Upon notice to all parties, the administrative law judge may, with respect to matters pending before him or her, modify or waive any rule herein upon a determination that no party will be prejudiced and that the ends of justice will be served thereby.

29 C.F.R. § 18.1(b).

   In this case, Respondent argues that it will have insufficient time to prepare for trial if Complainant requires 30 days to respond to the subpoena duces tecum. In a signed declaration, Complainant's counsel states that due to problems with the recording process, copies of some tapes made available to Respondent in response to its First Set of Requests for Production should be delivered to Respondent this week. In addition, counsel states that a copy of an electronic audio recording was sent to Respondent's counsel, via e-mail, on March 8, 1999. "The only other tape in [Complainant's] possession is a video recording of the CBS Nightly News broadcast of November 24 and 25, 1997." Complainant's counsel states that "[c]opies of the transcript of this tape were provided to Respondent in Complainant's production responses," and that she is willing to arrange for reproduction of this video tape upon Respondent's request.


[Page 6]

   Based on the foregoing, I find that neither party will be prejudiced if the 30 day time period for responding to this request is modified. Moreover, Complainant states that he "has no objection to either responding in a shorter time period to Respondent's Requests for Production or providing assurance that all tapes in [his] control have been produced to Respondent." I also find that the interests of justice are served by modifying this time period. Complainant has repeatedly expressed the desire to proceed to a formal hearing as expeditiously as possible. Modifying the 30 day time period will help avoid further delays and requests for continuance in this matter. As such, Complainant is ORDERED to respond to the above-mentioned subpoena duces tecum on March 12, 1999.
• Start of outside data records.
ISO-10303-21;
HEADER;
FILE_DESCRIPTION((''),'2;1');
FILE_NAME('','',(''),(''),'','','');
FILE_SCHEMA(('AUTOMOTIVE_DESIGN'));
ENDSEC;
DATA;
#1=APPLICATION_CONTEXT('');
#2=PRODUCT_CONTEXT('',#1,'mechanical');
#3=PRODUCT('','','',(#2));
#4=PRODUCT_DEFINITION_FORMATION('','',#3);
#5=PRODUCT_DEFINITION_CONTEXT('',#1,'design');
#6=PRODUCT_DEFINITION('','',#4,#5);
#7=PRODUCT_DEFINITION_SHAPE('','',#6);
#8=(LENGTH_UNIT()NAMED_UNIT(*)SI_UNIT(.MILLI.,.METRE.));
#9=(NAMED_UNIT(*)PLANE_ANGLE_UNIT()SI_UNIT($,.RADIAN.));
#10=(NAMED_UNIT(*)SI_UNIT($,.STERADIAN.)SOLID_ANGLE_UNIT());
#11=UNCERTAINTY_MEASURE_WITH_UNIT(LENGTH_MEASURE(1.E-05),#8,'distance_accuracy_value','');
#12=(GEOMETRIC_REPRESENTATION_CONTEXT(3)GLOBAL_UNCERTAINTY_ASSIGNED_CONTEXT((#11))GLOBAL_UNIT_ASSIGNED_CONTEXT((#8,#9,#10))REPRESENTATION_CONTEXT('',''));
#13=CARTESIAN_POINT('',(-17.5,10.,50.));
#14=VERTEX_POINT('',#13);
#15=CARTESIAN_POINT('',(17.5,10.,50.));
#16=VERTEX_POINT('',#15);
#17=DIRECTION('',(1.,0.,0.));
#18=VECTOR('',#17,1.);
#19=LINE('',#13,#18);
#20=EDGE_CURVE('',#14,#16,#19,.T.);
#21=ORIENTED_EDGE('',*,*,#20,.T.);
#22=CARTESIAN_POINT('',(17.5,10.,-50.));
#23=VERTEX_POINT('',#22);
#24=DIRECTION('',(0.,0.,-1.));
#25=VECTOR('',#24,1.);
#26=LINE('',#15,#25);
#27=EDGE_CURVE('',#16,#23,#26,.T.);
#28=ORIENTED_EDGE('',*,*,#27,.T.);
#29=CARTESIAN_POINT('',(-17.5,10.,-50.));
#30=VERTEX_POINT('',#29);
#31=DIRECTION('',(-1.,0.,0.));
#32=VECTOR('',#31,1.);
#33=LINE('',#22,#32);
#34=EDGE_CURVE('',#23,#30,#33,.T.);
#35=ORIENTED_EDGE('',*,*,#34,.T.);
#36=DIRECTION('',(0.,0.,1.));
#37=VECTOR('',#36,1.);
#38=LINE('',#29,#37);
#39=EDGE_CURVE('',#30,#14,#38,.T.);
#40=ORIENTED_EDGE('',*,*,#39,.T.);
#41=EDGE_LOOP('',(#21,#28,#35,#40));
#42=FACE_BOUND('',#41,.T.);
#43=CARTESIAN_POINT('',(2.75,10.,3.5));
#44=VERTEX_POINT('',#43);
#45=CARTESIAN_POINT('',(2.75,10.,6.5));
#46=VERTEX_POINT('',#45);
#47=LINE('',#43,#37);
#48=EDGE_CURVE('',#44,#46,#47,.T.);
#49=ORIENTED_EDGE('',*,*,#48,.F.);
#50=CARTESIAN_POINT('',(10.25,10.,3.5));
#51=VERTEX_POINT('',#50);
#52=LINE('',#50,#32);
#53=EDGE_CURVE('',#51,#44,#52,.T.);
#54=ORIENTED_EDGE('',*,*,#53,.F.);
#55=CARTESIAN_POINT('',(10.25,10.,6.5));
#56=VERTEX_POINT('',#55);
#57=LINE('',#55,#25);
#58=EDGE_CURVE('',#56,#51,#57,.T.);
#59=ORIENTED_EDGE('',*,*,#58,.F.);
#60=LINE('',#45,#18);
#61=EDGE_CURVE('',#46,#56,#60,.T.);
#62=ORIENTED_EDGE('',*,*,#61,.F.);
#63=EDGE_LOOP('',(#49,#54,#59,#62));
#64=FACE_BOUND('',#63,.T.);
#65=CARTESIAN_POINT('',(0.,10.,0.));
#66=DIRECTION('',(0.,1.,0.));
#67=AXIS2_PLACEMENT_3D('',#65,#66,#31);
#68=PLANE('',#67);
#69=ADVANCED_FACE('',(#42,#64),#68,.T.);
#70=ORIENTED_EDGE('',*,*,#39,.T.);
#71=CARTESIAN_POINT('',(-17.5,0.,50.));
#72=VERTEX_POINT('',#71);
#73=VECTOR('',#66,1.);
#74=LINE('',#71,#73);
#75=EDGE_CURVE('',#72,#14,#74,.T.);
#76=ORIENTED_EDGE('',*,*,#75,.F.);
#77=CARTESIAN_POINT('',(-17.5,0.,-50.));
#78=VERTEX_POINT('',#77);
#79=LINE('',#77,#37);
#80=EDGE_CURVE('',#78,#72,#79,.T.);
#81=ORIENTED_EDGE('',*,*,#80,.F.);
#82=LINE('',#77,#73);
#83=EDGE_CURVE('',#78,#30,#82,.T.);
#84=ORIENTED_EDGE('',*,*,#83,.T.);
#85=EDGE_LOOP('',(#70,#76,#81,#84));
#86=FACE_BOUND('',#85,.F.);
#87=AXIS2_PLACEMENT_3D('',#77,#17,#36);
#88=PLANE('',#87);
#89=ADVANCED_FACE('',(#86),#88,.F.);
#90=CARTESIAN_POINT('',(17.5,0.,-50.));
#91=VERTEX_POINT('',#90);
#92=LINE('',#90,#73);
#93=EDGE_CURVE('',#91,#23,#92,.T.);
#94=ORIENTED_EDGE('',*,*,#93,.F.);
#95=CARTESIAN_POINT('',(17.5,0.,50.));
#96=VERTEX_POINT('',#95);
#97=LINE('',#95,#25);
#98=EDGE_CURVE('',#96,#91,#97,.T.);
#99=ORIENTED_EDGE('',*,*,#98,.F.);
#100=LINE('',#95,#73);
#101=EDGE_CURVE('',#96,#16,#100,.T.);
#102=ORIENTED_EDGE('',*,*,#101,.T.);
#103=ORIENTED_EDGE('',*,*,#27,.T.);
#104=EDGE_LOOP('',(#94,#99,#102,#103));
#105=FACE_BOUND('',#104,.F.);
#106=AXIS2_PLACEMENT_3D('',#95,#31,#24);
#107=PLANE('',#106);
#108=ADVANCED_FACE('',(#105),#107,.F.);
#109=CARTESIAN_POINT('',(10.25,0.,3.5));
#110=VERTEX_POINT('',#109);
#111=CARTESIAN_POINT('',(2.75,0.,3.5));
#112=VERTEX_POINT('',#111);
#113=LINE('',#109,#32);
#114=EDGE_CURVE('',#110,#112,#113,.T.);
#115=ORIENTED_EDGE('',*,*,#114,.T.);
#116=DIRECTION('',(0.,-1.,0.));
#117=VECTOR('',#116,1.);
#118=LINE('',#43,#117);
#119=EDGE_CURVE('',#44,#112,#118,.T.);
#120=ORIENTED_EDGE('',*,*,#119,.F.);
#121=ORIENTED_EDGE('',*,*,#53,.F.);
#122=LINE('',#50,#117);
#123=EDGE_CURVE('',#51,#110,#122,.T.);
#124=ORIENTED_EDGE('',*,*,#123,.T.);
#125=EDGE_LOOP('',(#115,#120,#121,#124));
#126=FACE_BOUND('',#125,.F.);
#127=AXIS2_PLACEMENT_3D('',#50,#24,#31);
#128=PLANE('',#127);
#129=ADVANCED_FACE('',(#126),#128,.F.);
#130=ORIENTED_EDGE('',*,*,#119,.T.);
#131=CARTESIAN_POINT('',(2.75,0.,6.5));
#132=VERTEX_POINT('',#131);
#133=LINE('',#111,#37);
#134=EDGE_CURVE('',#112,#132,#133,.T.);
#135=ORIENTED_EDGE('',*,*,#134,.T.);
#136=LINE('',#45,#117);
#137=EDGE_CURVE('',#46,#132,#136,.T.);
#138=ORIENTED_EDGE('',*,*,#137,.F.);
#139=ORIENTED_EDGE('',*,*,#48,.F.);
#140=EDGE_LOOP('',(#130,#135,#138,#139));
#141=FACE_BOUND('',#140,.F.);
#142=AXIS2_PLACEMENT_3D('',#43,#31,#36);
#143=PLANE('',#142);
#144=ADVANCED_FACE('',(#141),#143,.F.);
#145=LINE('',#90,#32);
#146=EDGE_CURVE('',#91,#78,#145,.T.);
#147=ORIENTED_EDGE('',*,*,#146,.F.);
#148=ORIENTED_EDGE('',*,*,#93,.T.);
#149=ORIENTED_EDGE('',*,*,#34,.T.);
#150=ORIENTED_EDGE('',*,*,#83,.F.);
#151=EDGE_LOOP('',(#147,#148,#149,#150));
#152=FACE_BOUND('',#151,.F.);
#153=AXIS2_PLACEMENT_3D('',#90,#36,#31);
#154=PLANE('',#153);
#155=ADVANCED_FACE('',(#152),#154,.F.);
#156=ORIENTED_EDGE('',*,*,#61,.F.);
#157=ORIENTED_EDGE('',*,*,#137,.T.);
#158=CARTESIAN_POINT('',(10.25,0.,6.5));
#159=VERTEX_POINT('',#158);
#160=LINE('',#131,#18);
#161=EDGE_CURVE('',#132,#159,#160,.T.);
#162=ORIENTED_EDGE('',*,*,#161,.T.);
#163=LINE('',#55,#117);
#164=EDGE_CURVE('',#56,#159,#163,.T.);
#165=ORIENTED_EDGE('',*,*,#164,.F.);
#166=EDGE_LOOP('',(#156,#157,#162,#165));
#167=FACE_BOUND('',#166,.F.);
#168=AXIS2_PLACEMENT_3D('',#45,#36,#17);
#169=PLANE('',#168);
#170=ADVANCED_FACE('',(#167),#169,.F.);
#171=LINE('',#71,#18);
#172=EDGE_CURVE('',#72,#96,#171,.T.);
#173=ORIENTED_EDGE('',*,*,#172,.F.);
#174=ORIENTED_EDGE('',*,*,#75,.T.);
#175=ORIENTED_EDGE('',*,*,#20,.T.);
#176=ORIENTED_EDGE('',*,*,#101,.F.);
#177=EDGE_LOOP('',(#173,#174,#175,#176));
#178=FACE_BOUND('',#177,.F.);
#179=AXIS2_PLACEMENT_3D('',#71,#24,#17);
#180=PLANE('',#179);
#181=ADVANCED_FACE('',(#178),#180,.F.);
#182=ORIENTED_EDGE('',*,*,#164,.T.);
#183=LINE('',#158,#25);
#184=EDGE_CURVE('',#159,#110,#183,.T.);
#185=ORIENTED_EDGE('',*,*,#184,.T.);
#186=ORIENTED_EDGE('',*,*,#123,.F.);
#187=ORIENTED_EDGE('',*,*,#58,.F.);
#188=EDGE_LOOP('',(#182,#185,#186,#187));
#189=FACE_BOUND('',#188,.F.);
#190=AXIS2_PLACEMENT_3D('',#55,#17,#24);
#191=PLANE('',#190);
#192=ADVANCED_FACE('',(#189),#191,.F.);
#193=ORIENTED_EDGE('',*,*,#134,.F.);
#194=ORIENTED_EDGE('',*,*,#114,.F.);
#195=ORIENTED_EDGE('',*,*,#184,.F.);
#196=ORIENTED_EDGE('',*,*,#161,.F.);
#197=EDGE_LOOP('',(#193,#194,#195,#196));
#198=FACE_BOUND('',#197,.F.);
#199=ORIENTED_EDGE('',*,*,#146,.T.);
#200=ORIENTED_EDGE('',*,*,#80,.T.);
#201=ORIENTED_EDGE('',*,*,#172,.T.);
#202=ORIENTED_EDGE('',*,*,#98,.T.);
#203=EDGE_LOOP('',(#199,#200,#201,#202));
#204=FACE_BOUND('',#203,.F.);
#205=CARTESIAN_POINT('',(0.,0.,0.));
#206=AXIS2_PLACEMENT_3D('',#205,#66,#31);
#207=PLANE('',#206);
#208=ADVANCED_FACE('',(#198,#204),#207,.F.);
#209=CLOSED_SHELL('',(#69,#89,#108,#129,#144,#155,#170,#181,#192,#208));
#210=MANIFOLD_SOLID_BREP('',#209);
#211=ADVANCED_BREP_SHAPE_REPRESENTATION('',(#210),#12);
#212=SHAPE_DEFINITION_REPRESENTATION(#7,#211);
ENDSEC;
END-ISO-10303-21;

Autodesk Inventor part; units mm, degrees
ref_plane "YZ Plane" through (0, 0, 0) normal (1, 0, 0) x (0, 1, 0)
ref_plane "XZ Plane" through (0, 0, 0) normal (0, 1, 0) x (-1, 0, 0)
ref_plane "XY Plane" through (0, 0, 0) normal (0, 0, 1) x (1, 0, 0)
sketch "Sketch1" plane through (0, 0, 0) normal (0, 1, 0) x (-1, 0, 0)
  line L0 (-17.5, -50) -> (17.5, -50)
  line L1 (17.5, -50) -> (17.5, 50)
  line L2 (17.5, 50) -> (-17.5, 50)
  line L3 (-17.5, 50) -> (-17.5, -50)
  line L4 (-17.5, -50) -> (17.5, 50) construction
  line L5 (17.5, -50) -> (-17.5, 50) construction
  point P0 (0, 0)
  dimension "d0" = 35
  dimension "d1" = 100
extrude "Extrusion1" add sketch "Sketch1" along normal blind 10
sketch "Sketch3" plane through (0, 10, 0) normal (0, 1, 0) x (1, 0, 0)
  line L0 (2.75, -6.5) -> (10.25, -6.5)
  line L1 (10.25, -6.5) -> (10.25, -3.5)
  line L2 (10.25, -3.5) -> (2.75, -3.5)
  line L3 (2.75, -3.5) -> (2.75, -6.5)
  line L4 (2.75, -6.5) -> (10.25, -3.5) construction
  line L5 (10.25, -6.5) -> (2.75, -3.5) construction
  line L6 (-17.5, 50) -> (-17.5, -50) projected
  line L7 (-24.5, 0) -> (24.5, 0) projected
  line L8 (17.5, -50) -> (17.5, 50) projected
  point P0 (0, 0)
  point P1 (6.5, 0)
  point P2 (6.5, 0)
  point P3 (6.5, -5)
  dimension "d11" = 7.5
  dimension "d14" = 7.25
  dimension "d15" = 3
  dimension "d17" = 3.5
extrude "Extrusion3" cut sketch "Sketch3" against normal blind 10
properties part number "floor_side"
   With respect to Respondent's Motion to Compel Complainant to produce the above-mentioned tapes by March 12, 1999, such a motion no longer appears to be necessary. Nevertheless, it is expected that Complainant will cooperate fully in answering this request and all future discovery requests in this matter. Due to the time constraints for completing discovery, Complainant's cooperation is essential to avoid further continuances.

ORDER

   IT IS HEREBY ORDERED that:

1. Respondent's Motion to Compel Complainant to appear for deposition on March 12, 1999 is GRANTED.

2. The time period for responding to the above-mentioned subpoena duces tecum is MODIFIED. Complainant is ORDERED to respond to the above-mentioned subpoena duces tecum on March 12, 1999.

3. Respondent's Motion to Compel Complainant to produce the above-mentioned tapes is DENIED because such a motion no longer appears necessary, but it may be renewed upon Complainant's noncompliance with this Order.

   Entered this 10th day of March, 1999, at Long Beach, California.

      DANIEL L. STEWART
      Administrative Law Judge

DLS: cdk

[ENDNOTES]

1Complainant argues that he did not receive 5 days written notice of when the deposition was to be taken. Subsequent to Complainant's refusal to be deposed on March 2, 1999, Respondent issued a revised Notice of Continued Deposition of Complainant for March 12, 1999, which satisfied the 5 day rule set forth at 29 C.F.R. § 18.22(c). As such, this issue is moot.

2"Statutes in pari materia are to be construed together." Black's Law Dictionary 898 (4th ed. 1951) (citation omitted).